### Exercise details
Among the entries below, find how many lines carry the word "taken" and state only that figure.

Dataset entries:
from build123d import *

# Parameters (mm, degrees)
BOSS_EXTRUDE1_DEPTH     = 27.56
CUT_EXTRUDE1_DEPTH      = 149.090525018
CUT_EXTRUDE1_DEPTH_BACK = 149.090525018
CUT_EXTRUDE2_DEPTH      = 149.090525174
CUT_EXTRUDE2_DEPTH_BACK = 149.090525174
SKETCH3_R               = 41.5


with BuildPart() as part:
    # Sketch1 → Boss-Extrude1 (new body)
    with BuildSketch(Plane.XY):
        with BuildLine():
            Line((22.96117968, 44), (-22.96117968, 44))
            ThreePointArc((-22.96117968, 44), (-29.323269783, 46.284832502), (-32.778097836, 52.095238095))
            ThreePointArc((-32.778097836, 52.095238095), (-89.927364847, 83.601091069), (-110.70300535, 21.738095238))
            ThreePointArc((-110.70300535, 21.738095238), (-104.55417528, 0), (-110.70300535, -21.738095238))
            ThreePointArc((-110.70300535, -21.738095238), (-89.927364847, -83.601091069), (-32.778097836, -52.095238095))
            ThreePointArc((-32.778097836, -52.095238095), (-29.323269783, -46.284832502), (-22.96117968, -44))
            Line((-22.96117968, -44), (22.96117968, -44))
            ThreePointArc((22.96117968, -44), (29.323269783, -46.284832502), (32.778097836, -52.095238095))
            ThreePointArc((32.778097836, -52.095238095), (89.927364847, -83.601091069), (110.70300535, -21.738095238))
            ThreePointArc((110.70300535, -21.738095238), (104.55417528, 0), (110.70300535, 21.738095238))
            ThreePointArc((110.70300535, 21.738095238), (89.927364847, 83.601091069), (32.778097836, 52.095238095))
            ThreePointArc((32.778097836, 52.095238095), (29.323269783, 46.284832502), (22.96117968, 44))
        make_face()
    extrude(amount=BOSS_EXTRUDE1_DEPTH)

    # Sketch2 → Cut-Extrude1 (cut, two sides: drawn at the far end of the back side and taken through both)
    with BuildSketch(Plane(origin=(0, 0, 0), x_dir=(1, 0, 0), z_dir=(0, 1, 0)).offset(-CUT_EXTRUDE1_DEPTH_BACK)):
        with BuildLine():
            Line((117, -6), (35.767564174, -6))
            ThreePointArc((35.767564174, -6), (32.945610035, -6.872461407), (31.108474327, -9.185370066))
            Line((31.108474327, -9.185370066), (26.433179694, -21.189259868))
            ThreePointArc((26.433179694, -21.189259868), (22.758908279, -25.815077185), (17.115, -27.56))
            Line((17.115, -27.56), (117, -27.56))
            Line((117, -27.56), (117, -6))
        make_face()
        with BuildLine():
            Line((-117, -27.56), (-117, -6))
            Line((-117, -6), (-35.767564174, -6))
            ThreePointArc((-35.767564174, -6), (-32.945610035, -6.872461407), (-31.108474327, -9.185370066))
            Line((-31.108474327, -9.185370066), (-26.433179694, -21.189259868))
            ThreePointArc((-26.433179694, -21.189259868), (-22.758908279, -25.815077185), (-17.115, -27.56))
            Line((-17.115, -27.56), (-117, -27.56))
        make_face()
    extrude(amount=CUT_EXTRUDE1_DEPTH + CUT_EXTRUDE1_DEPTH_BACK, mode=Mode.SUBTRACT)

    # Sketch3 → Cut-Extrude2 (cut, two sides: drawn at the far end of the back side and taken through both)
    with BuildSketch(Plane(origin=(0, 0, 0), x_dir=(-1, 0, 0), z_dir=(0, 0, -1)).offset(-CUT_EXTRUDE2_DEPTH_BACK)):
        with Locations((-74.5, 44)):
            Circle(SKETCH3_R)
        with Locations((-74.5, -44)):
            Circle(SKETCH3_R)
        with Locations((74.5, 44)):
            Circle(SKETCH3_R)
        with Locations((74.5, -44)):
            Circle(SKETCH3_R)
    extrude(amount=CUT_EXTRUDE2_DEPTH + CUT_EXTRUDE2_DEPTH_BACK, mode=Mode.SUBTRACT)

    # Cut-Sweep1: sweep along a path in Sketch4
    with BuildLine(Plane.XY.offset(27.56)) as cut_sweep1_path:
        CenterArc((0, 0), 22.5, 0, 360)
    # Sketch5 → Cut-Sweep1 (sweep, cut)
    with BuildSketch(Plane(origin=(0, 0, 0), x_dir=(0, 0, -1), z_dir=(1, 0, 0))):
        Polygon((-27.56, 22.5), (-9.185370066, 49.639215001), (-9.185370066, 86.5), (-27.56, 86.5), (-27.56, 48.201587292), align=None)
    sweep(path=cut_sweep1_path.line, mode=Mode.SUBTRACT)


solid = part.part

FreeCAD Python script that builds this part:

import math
import FreeCAD as App
import Part
import Sketcher
Q = App.Units.Quantity


def add_polygon(sketch, points):
    """Adds a closed chain of lines whose ends are joined by coincident constraints."""
    first, n = sketch.GeometryCount, len(points)
    for a, b in zip(points, points[1:] + points[:1]):
        sketch.addGeometry(Part.LineSegment(App.Vector(*a, 0), App.Vector(*b, 0)), False)
    for i in range(n):
        sketch.addConstraint(Sketcher.Constraint("Coincident", first + i, 2, first + (i + 1) % n, 1))

doc = App.newDocument("Part")
body = doc.addObject("PartDesign::Body", "Body")

# Sketch on XY plane
sketch1 = body.newObject("Sketcher::SketchObject", "Sketch")
sketch1.AttachmentSupport = (doc.getObject("XY_Plane"), [""])
sketch1.MapMode = "FlatFace"
sketch1.addGeometry([
    Part.LineSegment(App.Vector(23, 44, 0), App.Vector(-23, 44, 0)),  # 0
    Part.ArcOfCircle(Part.Circle(App.Vector(-23, 54, 0), App.Vector(0, 0, 1), 10), math.radians(-169), math.radians(-90)),  # 1
    Part.ArcOfCircle(Part.Circle(App.Vector(-74, 44, 0), App.Vector(0, 0, 1), 42), math.radians(11), math.radians(212)),  # 2
    Part.ArcOfCircle(Part.Circle(App.Vector(-146, 0, 0), App.Vector(0, 0, 1), 42), math.radians(-32), math.radians(32)),  # 3
    Part.ArcOfCircle(Part.Circle(App.Vector(-74, -44, 0), App.Vector(0, 0, 1), 42), math.radians(148), math.radians(349)),  # 4
    Part.ArcOfCircle(Part.Circle(App.Vector(-23, -54, 0), App.Vector(0, 0, 1), 10), math.radians(90), math.radians(169)),  # 5
    Part.LineSegment(App.Vector(-23, -44, 0), App.Vector(23, -44, 0)),  # 6
    Part.ArcOfCircle(Part.Circle(App.Vector(23, -54, 0), App.Vector(0, 0, 1), 10), math.radians(11), math.radians(90)),  # 7
    Part.ArcOfCircle(Part.Circle(App.Vector(74, -44, 0), App.Vector(0, 0, 1), 42), math.radians(-169), math.radians(32)),  # 8
    Part.ArcOfCircle(Part.Circle(App.Vector(146, 0, 0), App.Vector(0, 0, 1), 42), math.radians(148), math.radians(212)),  # 9
    Part.ArcOfCircle(Part.Circle(App.Vector(74, 44, 0), App.Vector(0, 0, 1), 42), math.radians(-32), math.radians(169)),  # 10
    Part.ArcOfCircle(Part.Circle(App.Vector(23, 54, 0), App.Vector(0, 0, 1), 10), math.radians(-90), math.radians(-11)),  # 11
], False)
sketch1.addConstraint([
    Sketcher.Constraint("Tangent", 0, 2, 1, 2),
    Sketcher.Constraint("Tangent", 1, 1, 2, 1),
    Sketcher.Constraint("Tangent", 2, 2, 3, 2),
    Sketcher.Constraint("Tangent", 3, 1, 4, 1),
    Sketcher.Constraint("Tangent", 4, 2, 5, 2),
    Sketcher.Constraint("Tangent", 5, 1, 6, 1),
    Sketcher.Constraint("Tangent", 6, 2, 7, 2),
    Sketcher.Constraint("Tangent", 7, 1, 8, 1),
    Sketcher.Constraint("Tangent", 8, 2, 9, 2),
    Sketcher.Constraint("Tangent", 9, 1, 10, 1),
    Sketcher.Constraint("Tangent", 10, 2, 11, 2),
    Sketcher.Constraint("Tangent", 11, 1, 0, 1),
    Sketcher.Constraint("Horizontal", 0),
    Sketcher.Constraint("Horizontal", 6),
    Sketcher.Constraint("Equal", 2, 4),
    Sketcher.Constraint("Equal", 1, 5),
    Sketcher.Constraint("Equal", 5, 7),
    Sketcher.Constraint("Equal", 4, 8),
    Sketcher.Constraint("Equal", 3, 9),
    Sketcher.Constraint("Equal", 8, 10),
    Sketcher.Constraint("Equal", 7, 11),
    Sketcher.Constraint("Symmetric", 1, 3, 7, 3, -1, 1),
    Sketcher.Constraint("Symmetric", 3, 3, 9, 3, -1, 1),
    Sketcher.Constraint("Symmetric", 4, 3, 8, 3, -2),
    Sketcher.Constraint("Horizontal", 2, 3, 10, 3),
    Sketcher.Constraint("Horizontal", 10, 3, 0, 2),
    Sketcher.Constraint("Radius", 1, Q("10 mm")),
    Sketcher.Constraint("Radius", 2, Q("42.5 mm")),
    Sketcher.Constraint("Radius", 3, Q("41.5 mm")),
    Sketcher.Constraint("DistanceY", -1, 1, 1, 3, Q("54 mm")),
    Sketcher.Constraint("DistanceX", 4, 3, 8, 3, Q("149 mm")),
])
pad1 = body.newObject("PartDesign::Pad", "Pad")
pad1.Profile = sketch1
pad1.Length = 27.56

# Sketch on XZ plane
sketch2 = body.newObject("Sketcher::SketchObject", "Sketch001")
sketch2.AttachmentSupport = (doc.getObject("XZ_Plane"), [""])
sketch2.MapMode = "FlatFace"
sketch2.addGeometry([
    Part.LineSegment(App.Vector(117, 6, 0), App.Vector(36, 6, 0)),  # 0
    Part.ArcOfCircle(Part.Circle(App.Vector(36, 11, 0), App.Vector(0, 0, 1), 5), math.radians(-159), math.radians(-90)),  # 1
    Part.LineSegment(App.Vector(31, 9, 0), App.Vector(26, 21, 0)),  # 2
    Part.ArcOfCircle(Part.Circle(App.Vector(17, 18, 0), App.Vector(0, 0, 1), 10), math.radians(21), math.radians(90)),  # 3
    Part.LineSegment(App.Vector(17, 28, 0), App.Vector(117, 28, 0)),  # 4
    Part.LineSegment(App.Vector(117, 28, 0), App.Vector(117, 6, 0)),  # 5
    Part.LineSegment(App.Vector(-117, 6, 0), App.Vector(-117, 28, 0)),  # 6
    Part.LineSegment(App.Vector(-117, 28, 0), App.Vector(-17, 28, 0)),  # 7
    Part.ArcOfCircle(Part.Circle(App.Vector(-17, 18, 0), App.Vector(0, 0, 1), 10), math.radians(90), math.radians(159)),  # 8
    Part.LineSegment(App.Vector(-26, 21, 0), App.Vector(-31, 9, 0)),  # 9
    Part.ArcOfCircle(Part.Circle(App.Vector(-36, 11, 0), App.Vector(0, 0, 1), 5), math.radians(-90), math.radians(-21)),  # 10
    Part.LineSegment(App.Vector(-36, 6, 0), App.Vector(-117, 6, 0)),  # 11
], False)
sketch2.addConstraint([
    Sketcher.Constraint("Tangent", 0, 2, 1, 2),
    Sketcher.Constraint("Tangent", 1, 1, 2, 1),
    Sketcher.Constraint("Tangent", 2, 2, 3, 1),
    Sketcher.Constraint("Tangent", 3, 2, 4, 1),
    Sketcher.Constraint("Coincident", 4, 2, 5, 1),
    Sketcher.Constraint("Coincident", 5, 2, 0, 1),
    Sketcher.Constraint("Coincident", 6, 2, 7, 1),
    Sketcher.Constraint("Tangent", 7, 2, 8, 1),
    Sketcher.Constraint("Tangent", 8, 2, 9, 1),
    Sketcher.Constraint("Tangent", 9, 2, 10, 2),
    Sketcher.Constraint("Tangent", 10, 1, 11, 1),
    Sketcher.Constraint("Coincident", 11, 2, 6, 1),
    Sketcher.Constraint("Horizontal", 0),
    Sketcher.Constraint("Horizontal", 4),
    Sketcher.Constraint("Vertical", 5),
    Sketcher.Constraint("Vertical", 6),
    Sketcher.Constraint("Horizontal", 7),
    Sketcher.Constraint("Horizontal", 11),
    Sketcher.Constraint("Equal", 3, 8),
    Sketcher.Constraint("Equal", 1, 10),
    Sketcher.Constraint("Symmetric", 3, 3, 8, 3, -2),
    Sketcher.Constraint("Symmetric", 1, 3, 10, 3, -2),
    Sketcher.Constraint("Equal", 4, 7),
    Sketcher.Constraint("Radius", 1, Q("5 mm")),
    Sketcher.Constraint("Radius", 3, Q("10 mm")),
    Sketcher.Constraint("DistanceY", -1, 1, 1, 3, Q("11 mm")),
    Sketcher.Constraint("DistanceX", -1, 1, 4, 2, Q("117 mm")),
    Sketcher.Constraint("DistanceY", 5, 2, 5, 1, Q("21.56 mm")),
    Sketcher.Constraint("Angle", 2, Q("111.28 deg")),
    Sketcher.Constraint("DistanceX", 4, 1, 4, 2, Q("99.885 mm")),
])
pocket1 = body.newObject("PartDesign::Pocket", "Pocket")
pocket1.Profile = sketch2
pocket1.Type = "ThroughAll"
pocket1.Midplane = True

# Sketch on XY plane
sketch3 = body.newObject("Sketcher::SketchObject", "Sketch002")
sketch3.AttachmentSupport = (doc.getObject("XY_Plane"), [""])
sketch3.MapMode = "FlatFace"
sketch3.addGeometry([
    Part.Circle(App.Vector(74, 44, 0), App.Vector(0, 0, 1), 42),
    Part.Circle(App.Vector(74, -44, 0), App.Vector(0, 0, 1), 42),
    Part.Circle(App.Vector(-74, 44, 0), App.Vector(0, 0, 1), 42),
    Part.Circle(App.Vector(-74, -44, 0), App.Vector(0, 0, 1), 42),
], False)
sketch3.addConstraint([
    Sketcher.Constraint("Equal", 0, 1),
    Sketcher.Constraint("Equal", 1, 2),
    Sketcher.Constraint("Equal", 2, 3),
    Sketcher.Constraint("Symmetric", 1, 3, 2, 3, -1, 1),
    Sketcher.Constraint("Symmetric", 0, 3, 3, 3, -1, 1),
    Sketcher.Constraint("Symmetric", 0, 3, 2, 3, -2),
    Sketcher.Constraint("Diameter", 0, Q("83 mm")),
    Sketcher.Constraint("DistanceY", -1, 1, 0, 3, Q("44 mm")),
    Sketcher.Constraint("DistanceX", 2, 3, 0, 3, Q("149 mm")),
])
pocket2 = body.newObject("PartDesign::Pocket", "Pocket001")
pocket2.Profile = sketch3
pocket2.Type = "ThroughAll"
pocket2.Midplane = True

# Sketch on YZ plane
sketch4 = body.newObject("Sketcher::SketchObject", "Sketch003")
sketch4.AttachmentSupport = (doc.getObject("YZ_Plane"), [""])
sketch4.MapMode = "FlatFace"
add_polygon(sketch4, [(22, 28), (50, 9), (86, 9), (86, 28)])  # lines 0-3
sketch4.addConstraint([
    Sketcher.Constraint("Horizontal", 1),
    Sketcher.Constraint("Vertical", 2),
    Sketcher.Constraint("Horizontal", 3),
    Sketcher.Constraint("DistanceX", 3, 2, 3, 1, Q("64 mm")),
    Sketcher.Constraint("Angle", 0, Q("-34.1 deg")),
    Sketcher.Constraint("DistanceX", -1, 1, 1, 2, Q("86.5 mm")),
    Sketcher.Constraint("DistanceY", -1, 1, 2, 2, Q("27.56 mm")),
    Sketcher.Constraint("DistanceY", 2, 1, 2, 2, Q("18.37463 mm")),
])

# Sketch on XY plane
sketch5 = body.newObject("Sketcher::SketchObject", "Sketch004")
sketch5.AttachmentSupport = (doc.getObject("XY_Plane"), [""])
sketch5.MapMode = "FlatFace"
sketch5.AttachmentOffset = App.Placement(App.Vector(0, 0, 27.56), App.Rotation())
sketch5.addGeometry(Part.Circle(App.Vector(0, 0, 0), App.Vector(0, 0, 1), 22), False)
sketch5.addConstraint([
    Sketcher.Constraint("Coincident", 0, 3, -1, 1),
    Sketcher.Constraint("Diameter", 0, Q("45 mm")),
])
doc.recompute()

subtractivepipe = body.newObject("PartDesign::SubtractivePipe", "SubtractivePipe")
subtractivepipe.Profile = sketch4
subtractivepipe.Spine = (sketch5, ["Edge1"])

doc.recompute()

### Reply to the exercise
2